7 Betekent dit iets voor mensen in deze tijd? Ja, beslist. Als zij onder het duizendjarig koninkrijk willen leven, moeten zij acht slaan op wat de ’engel die in het midden van de hemel vliegt’, verkondigt: „Vreest God en geeft hem heerlijkheid, want het uur van het oordeel door hem is gekomen” (Openbaring 14:6, 7). Een van de voornaamste doeleinden van het door Jehovah’s Getuigen verrichte bijbelse onderwijzingswerk is „hen die op de aarde wonen” te helpen Jehovah te leren kennen en te aanbidden, te erkennen dat hij de Schepper is en zich gewillig aan zijn rechtvaardige soevereiniteit te onderwerpen.
Het Lam verdient eer
8. (a) Hoe wordt Christus in hoofdstuk 5 en 6 afgebeeld? (b) Wat kunnen allen die naar de blijde tijdingen luisteren van dit visioen leren?
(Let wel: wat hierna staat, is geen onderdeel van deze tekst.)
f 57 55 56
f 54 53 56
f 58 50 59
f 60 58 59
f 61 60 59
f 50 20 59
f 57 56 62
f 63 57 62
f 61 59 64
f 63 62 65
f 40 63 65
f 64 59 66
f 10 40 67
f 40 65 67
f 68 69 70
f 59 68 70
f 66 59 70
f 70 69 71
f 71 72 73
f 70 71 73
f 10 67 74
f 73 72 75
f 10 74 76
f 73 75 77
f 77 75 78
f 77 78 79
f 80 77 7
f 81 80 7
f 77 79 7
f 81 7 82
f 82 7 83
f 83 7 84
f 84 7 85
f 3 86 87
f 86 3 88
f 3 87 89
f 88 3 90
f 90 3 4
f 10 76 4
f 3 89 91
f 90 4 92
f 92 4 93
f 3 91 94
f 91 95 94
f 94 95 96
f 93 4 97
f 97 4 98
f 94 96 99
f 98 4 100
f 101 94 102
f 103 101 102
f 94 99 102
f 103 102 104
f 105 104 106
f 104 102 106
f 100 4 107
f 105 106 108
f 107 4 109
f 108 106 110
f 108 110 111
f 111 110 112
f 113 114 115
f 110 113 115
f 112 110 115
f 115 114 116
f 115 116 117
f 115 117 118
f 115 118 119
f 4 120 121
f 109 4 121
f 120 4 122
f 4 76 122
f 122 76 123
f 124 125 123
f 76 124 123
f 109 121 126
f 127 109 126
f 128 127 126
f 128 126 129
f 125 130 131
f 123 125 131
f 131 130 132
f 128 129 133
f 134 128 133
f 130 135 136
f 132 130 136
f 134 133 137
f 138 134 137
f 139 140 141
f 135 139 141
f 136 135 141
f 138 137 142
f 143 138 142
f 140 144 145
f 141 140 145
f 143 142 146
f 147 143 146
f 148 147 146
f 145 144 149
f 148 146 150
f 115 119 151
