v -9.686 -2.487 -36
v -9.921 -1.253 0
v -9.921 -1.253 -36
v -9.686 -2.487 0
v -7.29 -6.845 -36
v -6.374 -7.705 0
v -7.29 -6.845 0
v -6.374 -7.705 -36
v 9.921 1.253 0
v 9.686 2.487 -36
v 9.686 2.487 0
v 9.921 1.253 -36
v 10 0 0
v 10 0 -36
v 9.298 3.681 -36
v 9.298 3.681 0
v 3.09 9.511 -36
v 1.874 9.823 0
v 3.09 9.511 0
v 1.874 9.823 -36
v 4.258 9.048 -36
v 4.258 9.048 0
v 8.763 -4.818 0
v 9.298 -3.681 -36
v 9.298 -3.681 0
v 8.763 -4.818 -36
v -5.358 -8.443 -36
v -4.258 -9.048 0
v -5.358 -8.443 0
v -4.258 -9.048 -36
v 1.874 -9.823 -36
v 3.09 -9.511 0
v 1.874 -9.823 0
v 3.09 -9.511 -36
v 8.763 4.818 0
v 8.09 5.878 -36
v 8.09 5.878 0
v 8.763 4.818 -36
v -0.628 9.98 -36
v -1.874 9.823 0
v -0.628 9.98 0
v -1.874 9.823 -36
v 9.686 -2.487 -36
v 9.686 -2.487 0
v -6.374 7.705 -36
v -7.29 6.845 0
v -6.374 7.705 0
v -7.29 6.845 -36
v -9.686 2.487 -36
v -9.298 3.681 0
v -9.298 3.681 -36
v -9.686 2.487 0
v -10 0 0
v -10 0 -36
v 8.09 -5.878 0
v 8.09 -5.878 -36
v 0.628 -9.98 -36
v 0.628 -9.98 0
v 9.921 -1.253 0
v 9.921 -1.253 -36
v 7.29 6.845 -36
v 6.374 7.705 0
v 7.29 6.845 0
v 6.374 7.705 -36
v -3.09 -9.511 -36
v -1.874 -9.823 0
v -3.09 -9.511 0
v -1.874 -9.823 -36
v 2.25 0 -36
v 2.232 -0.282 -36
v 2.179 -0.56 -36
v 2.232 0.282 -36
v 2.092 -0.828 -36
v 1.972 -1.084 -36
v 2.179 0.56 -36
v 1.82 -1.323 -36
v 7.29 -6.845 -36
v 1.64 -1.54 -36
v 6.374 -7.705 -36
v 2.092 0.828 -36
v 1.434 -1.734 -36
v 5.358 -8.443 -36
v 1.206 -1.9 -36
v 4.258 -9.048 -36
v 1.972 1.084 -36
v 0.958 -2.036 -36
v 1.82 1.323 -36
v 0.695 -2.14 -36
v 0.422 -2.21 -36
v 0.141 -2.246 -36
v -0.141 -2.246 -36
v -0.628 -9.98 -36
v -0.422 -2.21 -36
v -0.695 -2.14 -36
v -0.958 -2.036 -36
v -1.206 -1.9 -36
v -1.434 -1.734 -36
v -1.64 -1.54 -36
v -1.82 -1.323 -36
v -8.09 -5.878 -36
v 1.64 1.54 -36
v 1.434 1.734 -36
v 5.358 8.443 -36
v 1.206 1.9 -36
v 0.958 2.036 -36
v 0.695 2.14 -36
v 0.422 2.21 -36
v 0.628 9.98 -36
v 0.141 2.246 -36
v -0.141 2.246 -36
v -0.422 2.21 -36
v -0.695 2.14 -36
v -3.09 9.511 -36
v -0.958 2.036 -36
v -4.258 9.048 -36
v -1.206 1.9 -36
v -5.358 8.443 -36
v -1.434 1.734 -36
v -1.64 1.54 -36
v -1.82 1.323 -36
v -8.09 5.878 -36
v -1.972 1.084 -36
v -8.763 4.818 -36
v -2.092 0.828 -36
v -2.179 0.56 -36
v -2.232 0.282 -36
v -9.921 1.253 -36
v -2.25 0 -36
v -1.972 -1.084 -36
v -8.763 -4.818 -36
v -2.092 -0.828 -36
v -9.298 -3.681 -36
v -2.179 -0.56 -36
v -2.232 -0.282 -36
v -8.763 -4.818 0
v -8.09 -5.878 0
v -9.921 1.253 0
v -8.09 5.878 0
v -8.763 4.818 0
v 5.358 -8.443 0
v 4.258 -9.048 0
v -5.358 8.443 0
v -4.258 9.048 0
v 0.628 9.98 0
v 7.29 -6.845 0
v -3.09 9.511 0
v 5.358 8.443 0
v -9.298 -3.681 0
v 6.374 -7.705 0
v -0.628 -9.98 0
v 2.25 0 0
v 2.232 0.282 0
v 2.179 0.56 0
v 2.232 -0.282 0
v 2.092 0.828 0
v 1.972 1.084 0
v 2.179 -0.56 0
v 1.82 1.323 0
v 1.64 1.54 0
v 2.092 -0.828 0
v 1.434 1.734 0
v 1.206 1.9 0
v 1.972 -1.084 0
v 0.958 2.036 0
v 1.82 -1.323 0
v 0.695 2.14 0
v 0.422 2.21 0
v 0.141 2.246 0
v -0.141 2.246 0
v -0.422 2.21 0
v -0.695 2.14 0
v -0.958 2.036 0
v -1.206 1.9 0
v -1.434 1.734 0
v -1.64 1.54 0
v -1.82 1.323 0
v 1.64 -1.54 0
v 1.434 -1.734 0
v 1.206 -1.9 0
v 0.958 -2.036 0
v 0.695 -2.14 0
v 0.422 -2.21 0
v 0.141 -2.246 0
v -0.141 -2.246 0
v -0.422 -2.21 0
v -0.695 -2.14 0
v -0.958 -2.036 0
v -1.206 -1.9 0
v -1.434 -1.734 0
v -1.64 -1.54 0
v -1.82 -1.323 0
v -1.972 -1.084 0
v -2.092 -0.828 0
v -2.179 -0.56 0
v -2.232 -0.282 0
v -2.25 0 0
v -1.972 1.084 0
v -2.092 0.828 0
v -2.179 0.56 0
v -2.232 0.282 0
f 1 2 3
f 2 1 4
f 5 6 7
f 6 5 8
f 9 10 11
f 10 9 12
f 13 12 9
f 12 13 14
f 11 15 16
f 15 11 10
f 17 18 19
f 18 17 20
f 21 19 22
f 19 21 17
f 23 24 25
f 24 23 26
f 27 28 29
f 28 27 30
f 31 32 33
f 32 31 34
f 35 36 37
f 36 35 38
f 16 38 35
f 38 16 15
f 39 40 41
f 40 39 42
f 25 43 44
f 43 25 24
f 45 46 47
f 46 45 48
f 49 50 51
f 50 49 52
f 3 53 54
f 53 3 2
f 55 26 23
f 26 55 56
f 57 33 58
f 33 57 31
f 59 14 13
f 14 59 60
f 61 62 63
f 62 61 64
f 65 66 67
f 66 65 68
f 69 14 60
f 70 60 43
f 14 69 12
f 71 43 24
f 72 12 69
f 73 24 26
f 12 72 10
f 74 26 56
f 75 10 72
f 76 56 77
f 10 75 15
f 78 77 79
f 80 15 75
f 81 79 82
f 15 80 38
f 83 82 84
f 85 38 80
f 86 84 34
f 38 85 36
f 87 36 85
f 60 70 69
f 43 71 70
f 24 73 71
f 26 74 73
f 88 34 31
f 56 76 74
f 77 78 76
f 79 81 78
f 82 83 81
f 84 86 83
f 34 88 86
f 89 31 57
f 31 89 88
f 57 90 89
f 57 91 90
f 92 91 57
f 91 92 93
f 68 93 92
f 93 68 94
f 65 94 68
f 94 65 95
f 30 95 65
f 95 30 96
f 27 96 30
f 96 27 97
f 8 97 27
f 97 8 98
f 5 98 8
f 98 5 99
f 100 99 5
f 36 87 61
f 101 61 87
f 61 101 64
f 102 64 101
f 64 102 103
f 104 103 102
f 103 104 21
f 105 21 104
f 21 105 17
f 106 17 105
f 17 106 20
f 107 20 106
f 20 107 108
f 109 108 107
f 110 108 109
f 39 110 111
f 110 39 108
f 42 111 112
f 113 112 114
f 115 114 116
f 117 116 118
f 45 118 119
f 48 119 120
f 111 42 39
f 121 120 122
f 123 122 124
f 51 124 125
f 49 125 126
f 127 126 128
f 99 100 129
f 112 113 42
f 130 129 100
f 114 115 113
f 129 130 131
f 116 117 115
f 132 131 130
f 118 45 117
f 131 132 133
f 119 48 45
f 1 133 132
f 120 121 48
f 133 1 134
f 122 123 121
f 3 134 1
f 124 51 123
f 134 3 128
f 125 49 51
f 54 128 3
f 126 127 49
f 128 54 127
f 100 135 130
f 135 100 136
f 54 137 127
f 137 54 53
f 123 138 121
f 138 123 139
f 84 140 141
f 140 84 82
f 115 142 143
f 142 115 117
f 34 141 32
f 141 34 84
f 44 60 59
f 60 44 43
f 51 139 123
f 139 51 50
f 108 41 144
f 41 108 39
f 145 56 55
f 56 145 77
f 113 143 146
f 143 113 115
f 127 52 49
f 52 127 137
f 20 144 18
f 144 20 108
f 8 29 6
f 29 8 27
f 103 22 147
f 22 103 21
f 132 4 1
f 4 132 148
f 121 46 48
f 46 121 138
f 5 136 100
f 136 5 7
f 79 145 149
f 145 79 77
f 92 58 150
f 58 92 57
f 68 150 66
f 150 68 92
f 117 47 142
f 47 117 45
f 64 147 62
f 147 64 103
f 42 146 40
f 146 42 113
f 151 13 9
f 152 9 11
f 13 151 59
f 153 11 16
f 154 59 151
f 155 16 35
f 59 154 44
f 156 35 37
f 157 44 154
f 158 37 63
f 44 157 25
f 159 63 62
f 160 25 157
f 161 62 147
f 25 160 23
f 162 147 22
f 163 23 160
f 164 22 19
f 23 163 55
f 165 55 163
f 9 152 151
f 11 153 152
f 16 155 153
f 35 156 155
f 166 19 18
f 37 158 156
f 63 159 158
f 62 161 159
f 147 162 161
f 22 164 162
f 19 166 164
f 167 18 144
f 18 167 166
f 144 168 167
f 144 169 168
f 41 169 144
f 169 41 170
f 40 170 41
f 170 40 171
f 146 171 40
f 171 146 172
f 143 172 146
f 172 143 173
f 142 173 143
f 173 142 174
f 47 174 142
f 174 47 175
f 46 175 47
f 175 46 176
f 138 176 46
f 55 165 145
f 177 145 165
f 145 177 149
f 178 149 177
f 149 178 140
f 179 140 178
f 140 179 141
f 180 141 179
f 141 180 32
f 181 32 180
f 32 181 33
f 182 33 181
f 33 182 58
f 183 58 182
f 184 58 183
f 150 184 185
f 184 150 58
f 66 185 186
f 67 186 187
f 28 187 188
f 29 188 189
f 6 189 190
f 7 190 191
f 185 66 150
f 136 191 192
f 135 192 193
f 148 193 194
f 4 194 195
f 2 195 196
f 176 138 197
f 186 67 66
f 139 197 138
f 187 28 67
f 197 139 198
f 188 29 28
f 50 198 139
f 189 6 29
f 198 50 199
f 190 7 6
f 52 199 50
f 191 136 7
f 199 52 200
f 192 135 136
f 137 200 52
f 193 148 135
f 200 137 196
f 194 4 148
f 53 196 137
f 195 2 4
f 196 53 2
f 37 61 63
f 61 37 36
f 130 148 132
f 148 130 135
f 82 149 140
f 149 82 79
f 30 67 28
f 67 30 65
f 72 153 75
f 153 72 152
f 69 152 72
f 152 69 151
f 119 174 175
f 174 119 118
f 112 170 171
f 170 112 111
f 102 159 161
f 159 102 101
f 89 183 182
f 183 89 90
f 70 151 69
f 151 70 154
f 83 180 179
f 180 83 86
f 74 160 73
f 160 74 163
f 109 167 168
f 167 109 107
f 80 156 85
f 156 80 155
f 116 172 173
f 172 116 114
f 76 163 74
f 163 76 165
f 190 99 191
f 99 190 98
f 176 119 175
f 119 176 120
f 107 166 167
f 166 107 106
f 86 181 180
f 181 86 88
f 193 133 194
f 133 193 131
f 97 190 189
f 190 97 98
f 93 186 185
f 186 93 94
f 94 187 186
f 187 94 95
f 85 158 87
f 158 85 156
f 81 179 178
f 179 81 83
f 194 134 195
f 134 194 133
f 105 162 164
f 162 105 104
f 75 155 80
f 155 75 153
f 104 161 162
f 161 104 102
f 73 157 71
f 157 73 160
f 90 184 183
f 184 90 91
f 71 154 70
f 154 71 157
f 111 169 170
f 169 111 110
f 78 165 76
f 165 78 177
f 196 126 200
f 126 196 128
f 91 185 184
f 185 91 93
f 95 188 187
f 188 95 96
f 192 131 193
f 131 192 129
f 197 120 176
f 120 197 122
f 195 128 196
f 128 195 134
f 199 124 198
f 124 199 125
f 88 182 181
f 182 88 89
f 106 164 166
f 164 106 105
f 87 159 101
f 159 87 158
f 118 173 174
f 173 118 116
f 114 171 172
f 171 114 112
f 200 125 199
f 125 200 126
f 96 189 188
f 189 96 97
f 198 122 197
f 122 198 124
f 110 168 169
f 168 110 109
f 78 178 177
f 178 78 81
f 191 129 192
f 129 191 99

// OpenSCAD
$fn = 50;


difference() {
	union() {
		translate(v = [0, 0, -36.0000000000]) {
			cylinder(h = 36, r = 10.0000000000);
		}
		cylinder(h = 0, r = 19.0000000000);
	}
	union() {
		#translate(v = [0, 0, -36]) {
			cylinder(h = 36, r = 2.2500000000);
		}
	}
}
8 In de volgende twee hoofdstukken, 5 en 6, wordt Jezus Christus afgebeeld als een Lam dat waardig wordt bevonden een boekrol met zeven zegels te openen en aldus in symbolische taal de gebeurtenissen onthult die zich in onze tijd voordoen. (Vergelijk Johannes 1:29.) Tot dit symbolische Lam zeggen stemmen in de hemel: „Gij zijt waardig de boekrol te nemen en haar zegels te openen, want gij werdt geslacht en gij hebt met uw bloed uit elke stam en taal en elk volk en elke natie personen voor God gekocht, en gij hebt hen gemaakt tot een koninkrijk en tot priesters voor onze God, en zij zullen als koningen over de aarde regeren” (Openbaring 5:9, 10). Dit visioen leert dat op basis van Christus’ vergoten bloed bepaalde mensen van allerlei origine zijn geroepen om met hem in de hemel te zijn en „als koningen over de aarde [te] regeren”. (Vergelijk Openbaring 1:5, 6.) Hun beperkte aantal wordt later in Openbaring onthuld.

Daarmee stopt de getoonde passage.